September 30, 2015
by James Stacey
This week at Watches & Wonders, Panerai has announced a considerable update to their Radiomir 1940 line-up. Alongside new 42 mm models featuring 3 Day movements, the brand has also launched the brand new Panerai 1940 10 Days GMT Automatic Oro Rosso. Featuring a sort of greatest hits of Panerai styling, this new 1940 offers the classy appeal of a Radiomir mixed with the confident presence of the Luminor and a healthy injection of useful complications.
With a 45 mm red gold case and your choice of either a brown (PAM624) or black (PAM625) “sun brushed” dial, the 1940 10 Days GMT looks stunning. The 1940 case is really a mix of the Radiomir and Luminor cases and it offers a masculine, but classic, appeal that works well even in larger proportions and various case metals.
As lovely as this new GMT may look, the real magic is in the movement. The P.2003/10 calibre ticks at 4Hz, uses 25 jewels and thanks to three barrels, can offer a power reserve of 10 days (240 hours). The movement, which is essentially a fully skeletonized version of Panerai’s P.2003, can be viewed via the display case back. Indeed, while the P.2003 has been seen in similar pieces like the 44 mm Luminor 1950 10 Days GMT Automatic, the additional effort of skeletonization seems fitting for a somewhat more dressy piece like this Radiomir.

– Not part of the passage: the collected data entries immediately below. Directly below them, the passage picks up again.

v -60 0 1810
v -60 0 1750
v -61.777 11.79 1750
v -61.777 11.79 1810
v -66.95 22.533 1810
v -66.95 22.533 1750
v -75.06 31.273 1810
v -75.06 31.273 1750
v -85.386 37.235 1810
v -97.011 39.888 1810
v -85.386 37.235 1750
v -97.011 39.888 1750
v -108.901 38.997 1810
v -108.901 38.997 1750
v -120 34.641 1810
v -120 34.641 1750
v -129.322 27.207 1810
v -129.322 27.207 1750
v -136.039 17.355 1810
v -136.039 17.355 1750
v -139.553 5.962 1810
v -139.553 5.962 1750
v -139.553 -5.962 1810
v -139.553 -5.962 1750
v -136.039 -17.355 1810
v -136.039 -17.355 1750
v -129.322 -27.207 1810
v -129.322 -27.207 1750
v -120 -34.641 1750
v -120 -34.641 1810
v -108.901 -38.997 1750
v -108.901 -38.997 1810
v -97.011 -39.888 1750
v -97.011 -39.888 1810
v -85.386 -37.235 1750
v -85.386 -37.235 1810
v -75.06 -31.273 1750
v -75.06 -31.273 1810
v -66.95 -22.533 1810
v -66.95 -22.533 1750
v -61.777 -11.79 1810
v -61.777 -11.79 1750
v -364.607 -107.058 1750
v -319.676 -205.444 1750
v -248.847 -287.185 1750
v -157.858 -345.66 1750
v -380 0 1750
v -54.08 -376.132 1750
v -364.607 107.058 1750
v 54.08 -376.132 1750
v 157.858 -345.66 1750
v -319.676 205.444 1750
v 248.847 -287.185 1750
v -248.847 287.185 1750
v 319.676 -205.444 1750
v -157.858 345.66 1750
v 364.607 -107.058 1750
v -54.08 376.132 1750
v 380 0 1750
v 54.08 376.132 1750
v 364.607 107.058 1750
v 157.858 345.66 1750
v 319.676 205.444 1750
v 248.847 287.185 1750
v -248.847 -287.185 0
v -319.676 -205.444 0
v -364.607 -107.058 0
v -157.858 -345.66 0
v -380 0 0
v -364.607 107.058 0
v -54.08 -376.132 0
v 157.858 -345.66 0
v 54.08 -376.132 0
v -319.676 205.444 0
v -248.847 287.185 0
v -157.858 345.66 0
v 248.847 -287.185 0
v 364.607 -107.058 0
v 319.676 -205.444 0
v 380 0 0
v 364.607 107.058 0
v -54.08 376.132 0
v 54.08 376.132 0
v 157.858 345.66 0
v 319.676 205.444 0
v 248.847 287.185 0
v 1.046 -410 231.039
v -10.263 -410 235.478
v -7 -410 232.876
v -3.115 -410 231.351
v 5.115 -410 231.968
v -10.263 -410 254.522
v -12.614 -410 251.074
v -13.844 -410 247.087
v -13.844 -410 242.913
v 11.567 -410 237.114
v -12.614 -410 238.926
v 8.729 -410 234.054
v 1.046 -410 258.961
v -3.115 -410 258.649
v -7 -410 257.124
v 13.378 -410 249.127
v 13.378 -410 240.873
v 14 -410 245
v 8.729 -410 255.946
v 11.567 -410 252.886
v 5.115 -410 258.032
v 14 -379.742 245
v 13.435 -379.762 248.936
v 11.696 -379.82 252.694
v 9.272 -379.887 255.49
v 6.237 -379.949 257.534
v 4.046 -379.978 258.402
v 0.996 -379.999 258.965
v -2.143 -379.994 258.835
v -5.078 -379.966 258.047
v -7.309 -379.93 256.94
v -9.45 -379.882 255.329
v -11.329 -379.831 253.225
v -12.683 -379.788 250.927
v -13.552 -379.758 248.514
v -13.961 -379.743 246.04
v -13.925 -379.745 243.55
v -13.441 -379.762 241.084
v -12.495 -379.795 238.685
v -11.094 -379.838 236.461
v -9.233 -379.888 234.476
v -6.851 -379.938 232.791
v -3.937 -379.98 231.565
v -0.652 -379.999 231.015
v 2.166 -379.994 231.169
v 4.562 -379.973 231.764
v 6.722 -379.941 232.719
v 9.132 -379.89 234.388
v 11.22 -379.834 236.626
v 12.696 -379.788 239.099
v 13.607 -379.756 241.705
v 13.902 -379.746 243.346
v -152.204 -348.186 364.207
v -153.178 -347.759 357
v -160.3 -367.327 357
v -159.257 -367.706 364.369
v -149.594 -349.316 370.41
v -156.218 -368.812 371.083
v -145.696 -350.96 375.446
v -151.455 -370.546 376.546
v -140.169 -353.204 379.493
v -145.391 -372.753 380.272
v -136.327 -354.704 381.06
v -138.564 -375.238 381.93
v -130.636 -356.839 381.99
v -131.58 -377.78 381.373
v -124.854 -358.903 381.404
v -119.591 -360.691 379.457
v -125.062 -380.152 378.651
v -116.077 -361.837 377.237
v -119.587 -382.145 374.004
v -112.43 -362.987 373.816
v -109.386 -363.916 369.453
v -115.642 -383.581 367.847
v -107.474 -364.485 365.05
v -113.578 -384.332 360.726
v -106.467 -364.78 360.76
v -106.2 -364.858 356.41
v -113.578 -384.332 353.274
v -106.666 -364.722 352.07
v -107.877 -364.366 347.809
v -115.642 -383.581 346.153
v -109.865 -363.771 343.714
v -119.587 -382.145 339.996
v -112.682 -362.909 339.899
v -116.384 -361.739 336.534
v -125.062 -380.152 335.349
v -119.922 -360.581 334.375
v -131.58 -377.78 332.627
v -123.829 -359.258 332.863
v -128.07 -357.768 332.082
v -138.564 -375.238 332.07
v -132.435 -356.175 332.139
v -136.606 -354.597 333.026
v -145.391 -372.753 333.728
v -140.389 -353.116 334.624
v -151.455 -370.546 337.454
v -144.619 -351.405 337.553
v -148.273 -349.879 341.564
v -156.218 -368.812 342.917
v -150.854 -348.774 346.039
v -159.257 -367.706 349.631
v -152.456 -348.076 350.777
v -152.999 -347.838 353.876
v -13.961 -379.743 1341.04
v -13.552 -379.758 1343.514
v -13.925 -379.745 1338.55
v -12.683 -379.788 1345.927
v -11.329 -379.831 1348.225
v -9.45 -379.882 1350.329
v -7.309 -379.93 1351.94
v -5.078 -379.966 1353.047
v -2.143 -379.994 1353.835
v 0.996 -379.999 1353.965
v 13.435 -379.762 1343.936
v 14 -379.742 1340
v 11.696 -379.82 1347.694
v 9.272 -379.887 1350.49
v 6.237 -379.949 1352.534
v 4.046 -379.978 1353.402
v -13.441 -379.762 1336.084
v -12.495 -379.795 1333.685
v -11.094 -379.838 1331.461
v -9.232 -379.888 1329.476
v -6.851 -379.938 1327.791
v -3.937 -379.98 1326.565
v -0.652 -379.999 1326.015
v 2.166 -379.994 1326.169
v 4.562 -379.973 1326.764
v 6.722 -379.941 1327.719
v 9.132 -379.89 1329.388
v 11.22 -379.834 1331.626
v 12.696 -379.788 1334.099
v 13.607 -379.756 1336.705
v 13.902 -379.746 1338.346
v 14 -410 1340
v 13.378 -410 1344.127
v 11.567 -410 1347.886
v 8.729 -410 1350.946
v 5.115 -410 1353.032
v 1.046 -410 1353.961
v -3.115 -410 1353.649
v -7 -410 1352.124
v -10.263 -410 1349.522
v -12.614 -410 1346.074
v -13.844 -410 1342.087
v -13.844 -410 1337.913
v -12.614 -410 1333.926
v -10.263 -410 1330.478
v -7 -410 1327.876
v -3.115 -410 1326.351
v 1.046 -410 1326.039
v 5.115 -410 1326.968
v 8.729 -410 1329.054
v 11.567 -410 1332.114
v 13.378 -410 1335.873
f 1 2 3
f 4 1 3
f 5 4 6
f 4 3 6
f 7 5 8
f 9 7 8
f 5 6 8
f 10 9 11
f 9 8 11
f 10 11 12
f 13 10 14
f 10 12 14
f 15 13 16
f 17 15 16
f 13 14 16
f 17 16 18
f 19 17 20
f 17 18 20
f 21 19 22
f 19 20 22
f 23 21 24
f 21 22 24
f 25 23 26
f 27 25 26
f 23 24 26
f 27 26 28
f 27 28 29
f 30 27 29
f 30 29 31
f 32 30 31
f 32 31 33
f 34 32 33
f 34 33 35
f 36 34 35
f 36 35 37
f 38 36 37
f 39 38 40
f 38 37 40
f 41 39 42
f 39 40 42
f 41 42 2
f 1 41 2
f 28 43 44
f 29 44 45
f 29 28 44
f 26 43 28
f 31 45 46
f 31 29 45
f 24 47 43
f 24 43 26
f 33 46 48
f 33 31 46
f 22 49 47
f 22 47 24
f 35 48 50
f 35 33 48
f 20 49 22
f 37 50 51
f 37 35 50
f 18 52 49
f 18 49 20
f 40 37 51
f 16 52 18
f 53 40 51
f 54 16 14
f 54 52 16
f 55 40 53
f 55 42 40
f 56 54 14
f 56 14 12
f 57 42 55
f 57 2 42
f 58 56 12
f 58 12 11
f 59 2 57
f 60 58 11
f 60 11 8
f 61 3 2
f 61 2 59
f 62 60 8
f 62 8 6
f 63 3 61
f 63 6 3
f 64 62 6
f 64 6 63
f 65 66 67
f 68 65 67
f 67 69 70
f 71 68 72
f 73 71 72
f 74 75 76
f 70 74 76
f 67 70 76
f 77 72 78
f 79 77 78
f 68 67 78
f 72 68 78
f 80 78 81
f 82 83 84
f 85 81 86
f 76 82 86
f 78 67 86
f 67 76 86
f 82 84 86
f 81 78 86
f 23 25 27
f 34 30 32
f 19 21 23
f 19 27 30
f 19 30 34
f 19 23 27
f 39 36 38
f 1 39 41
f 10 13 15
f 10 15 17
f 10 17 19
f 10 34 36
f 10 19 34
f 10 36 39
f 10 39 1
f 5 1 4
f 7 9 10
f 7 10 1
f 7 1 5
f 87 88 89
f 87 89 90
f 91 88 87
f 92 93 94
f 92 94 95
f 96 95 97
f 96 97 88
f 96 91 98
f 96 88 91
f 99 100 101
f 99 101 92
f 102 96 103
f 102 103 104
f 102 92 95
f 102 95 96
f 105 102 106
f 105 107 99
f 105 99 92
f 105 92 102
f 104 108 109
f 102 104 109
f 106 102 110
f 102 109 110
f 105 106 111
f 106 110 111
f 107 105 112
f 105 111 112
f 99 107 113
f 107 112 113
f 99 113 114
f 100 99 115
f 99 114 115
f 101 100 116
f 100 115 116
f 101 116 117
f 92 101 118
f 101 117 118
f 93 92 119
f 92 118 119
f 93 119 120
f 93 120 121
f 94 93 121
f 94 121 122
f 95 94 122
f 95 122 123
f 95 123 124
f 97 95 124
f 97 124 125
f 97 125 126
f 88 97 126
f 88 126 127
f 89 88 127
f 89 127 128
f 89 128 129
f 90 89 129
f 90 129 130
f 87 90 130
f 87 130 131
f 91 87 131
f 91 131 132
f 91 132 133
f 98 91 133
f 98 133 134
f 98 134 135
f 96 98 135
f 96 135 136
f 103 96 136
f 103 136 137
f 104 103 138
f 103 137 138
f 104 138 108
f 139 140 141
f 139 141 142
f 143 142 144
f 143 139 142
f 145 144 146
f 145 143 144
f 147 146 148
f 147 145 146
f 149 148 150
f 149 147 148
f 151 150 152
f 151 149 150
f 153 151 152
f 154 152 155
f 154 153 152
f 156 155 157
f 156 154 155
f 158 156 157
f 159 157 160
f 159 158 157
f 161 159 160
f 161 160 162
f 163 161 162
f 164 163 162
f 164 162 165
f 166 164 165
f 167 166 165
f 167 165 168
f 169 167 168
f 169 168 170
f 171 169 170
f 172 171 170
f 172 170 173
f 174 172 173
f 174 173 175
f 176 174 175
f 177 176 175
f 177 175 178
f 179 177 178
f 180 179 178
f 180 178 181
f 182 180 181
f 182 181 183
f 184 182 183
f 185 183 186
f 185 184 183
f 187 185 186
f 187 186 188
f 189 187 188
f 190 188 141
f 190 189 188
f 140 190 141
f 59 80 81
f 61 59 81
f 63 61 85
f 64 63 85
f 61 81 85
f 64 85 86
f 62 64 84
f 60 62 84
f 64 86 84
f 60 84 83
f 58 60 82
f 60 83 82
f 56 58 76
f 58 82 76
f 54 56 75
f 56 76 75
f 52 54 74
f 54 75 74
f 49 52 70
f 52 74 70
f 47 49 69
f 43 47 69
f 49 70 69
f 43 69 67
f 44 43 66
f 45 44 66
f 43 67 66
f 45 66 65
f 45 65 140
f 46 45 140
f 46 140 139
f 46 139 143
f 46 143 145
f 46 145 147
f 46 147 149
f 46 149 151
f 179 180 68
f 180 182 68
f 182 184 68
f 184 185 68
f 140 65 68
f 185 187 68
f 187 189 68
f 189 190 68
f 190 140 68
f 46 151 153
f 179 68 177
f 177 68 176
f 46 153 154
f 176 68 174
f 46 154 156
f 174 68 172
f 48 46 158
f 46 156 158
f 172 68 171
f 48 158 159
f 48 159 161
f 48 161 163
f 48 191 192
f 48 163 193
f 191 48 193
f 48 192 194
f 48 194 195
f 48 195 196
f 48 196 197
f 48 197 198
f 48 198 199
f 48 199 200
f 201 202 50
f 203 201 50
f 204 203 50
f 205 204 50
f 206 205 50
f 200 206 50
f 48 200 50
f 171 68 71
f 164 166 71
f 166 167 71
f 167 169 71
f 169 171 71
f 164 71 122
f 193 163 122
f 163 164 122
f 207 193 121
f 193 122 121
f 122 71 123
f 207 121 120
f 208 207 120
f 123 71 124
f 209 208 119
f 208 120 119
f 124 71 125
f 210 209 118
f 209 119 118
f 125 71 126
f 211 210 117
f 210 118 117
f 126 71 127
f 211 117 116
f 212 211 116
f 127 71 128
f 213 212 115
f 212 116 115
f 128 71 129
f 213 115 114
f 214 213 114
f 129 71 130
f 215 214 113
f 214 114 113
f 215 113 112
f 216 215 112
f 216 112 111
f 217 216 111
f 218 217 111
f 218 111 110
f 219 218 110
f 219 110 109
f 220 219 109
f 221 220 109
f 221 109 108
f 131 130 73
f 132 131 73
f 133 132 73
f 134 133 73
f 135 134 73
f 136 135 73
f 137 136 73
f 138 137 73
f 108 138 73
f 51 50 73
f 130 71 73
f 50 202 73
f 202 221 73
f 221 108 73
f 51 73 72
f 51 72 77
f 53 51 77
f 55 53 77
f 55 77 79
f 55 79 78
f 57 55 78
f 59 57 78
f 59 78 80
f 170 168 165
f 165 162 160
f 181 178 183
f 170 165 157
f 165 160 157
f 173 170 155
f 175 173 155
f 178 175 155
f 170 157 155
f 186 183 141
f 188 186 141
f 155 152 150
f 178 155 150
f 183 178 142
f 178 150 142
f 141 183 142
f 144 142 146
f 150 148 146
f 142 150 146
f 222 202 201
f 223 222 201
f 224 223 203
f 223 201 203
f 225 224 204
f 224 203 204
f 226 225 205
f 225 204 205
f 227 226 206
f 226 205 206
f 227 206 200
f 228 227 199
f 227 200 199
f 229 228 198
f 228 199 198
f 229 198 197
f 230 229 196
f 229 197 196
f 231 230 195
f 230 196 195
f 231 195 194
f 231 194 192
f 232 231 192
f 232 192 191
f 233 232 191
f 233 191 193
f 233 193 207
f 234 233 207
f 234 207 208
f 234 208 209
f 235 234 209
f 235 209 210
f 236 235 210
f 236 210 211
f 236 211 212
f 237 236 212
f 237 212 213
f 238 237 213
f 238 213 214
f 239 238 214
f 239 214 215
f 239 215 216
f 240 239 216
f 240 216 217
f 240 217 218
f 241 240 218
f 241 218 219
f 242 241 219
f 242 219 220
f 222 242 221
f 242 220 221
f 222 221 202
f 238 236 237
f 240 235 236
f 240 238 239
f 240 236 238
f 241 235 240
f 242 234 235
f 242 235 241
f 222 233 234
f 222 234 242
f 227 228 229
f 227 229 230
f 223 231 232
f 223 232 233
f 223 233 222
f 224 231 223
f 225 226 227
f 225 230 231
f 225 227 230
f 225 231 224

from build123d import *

# Parameters (mm, degrees)
F0_R     = 380
F1_DEPTH = 1750
F2_R     = 14
F3_DEPTH = 410
F4_R     = 40
F5_DEPTH = 60
F8_R     = 25
F9_DEPTH = 400


with BuildPart() as f1:
    # F0 (on Top) → F1 (new body)
    with BuildSketch(Plane.XY):
        Circle(F0_R)
    extrude(amount=F1_DEPTH)

    # F2 (on Front) → F3 (join)
    with BuildSketch(Plane.XZ):
        with Locations((0, 245)):
            Circle(F2_R)
        with Locations((0, 1340)):
            Circle(F2_R)
    extrude(amount=F3_DEPTH)

    # F4 (on face) → F5 (join)
    with BuildSketch(Plane.XY.offset(1750)):
        with Locations((-100, 0)):
            Circle(F4_R)
    extrude(amount=F5_DEPTH)

    # F8 (on face) → F9 (join)
    with BuildSketch(Plane(origin=(0, 0, 0), x_dir=(-0.939693, 0.34202, 0), z_dir=(0.34202, 0.939693, 0))):
        with Locations((0, 357)):
            Circle(F8_R)
    extrude(amount=-F9_DEPTH)


solid = f1.part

This feature-packed movement offers not only time, date, a second timezone, a 24 hour indication, linear power reserve and date display, but also manages a rather elegant interface. In the format of a true GMT, the local hour hand can be jump set independently, forward and backward, from the standard timekeeping and the date will also update to reflect the progression or regression of local time. Additionally, the seconds display is automatically set to 0 when hacking the movement, allowing for a simple method of syncing the watch with an accurate reference time.
As with other Panerai GMT models, the GMT hand can be neatly tucked behind the local hours hand for a simplified look when the feature is not needed. Despite its rather complex nature, Panerai manages to integrate all of these complications into a legible and compelling package.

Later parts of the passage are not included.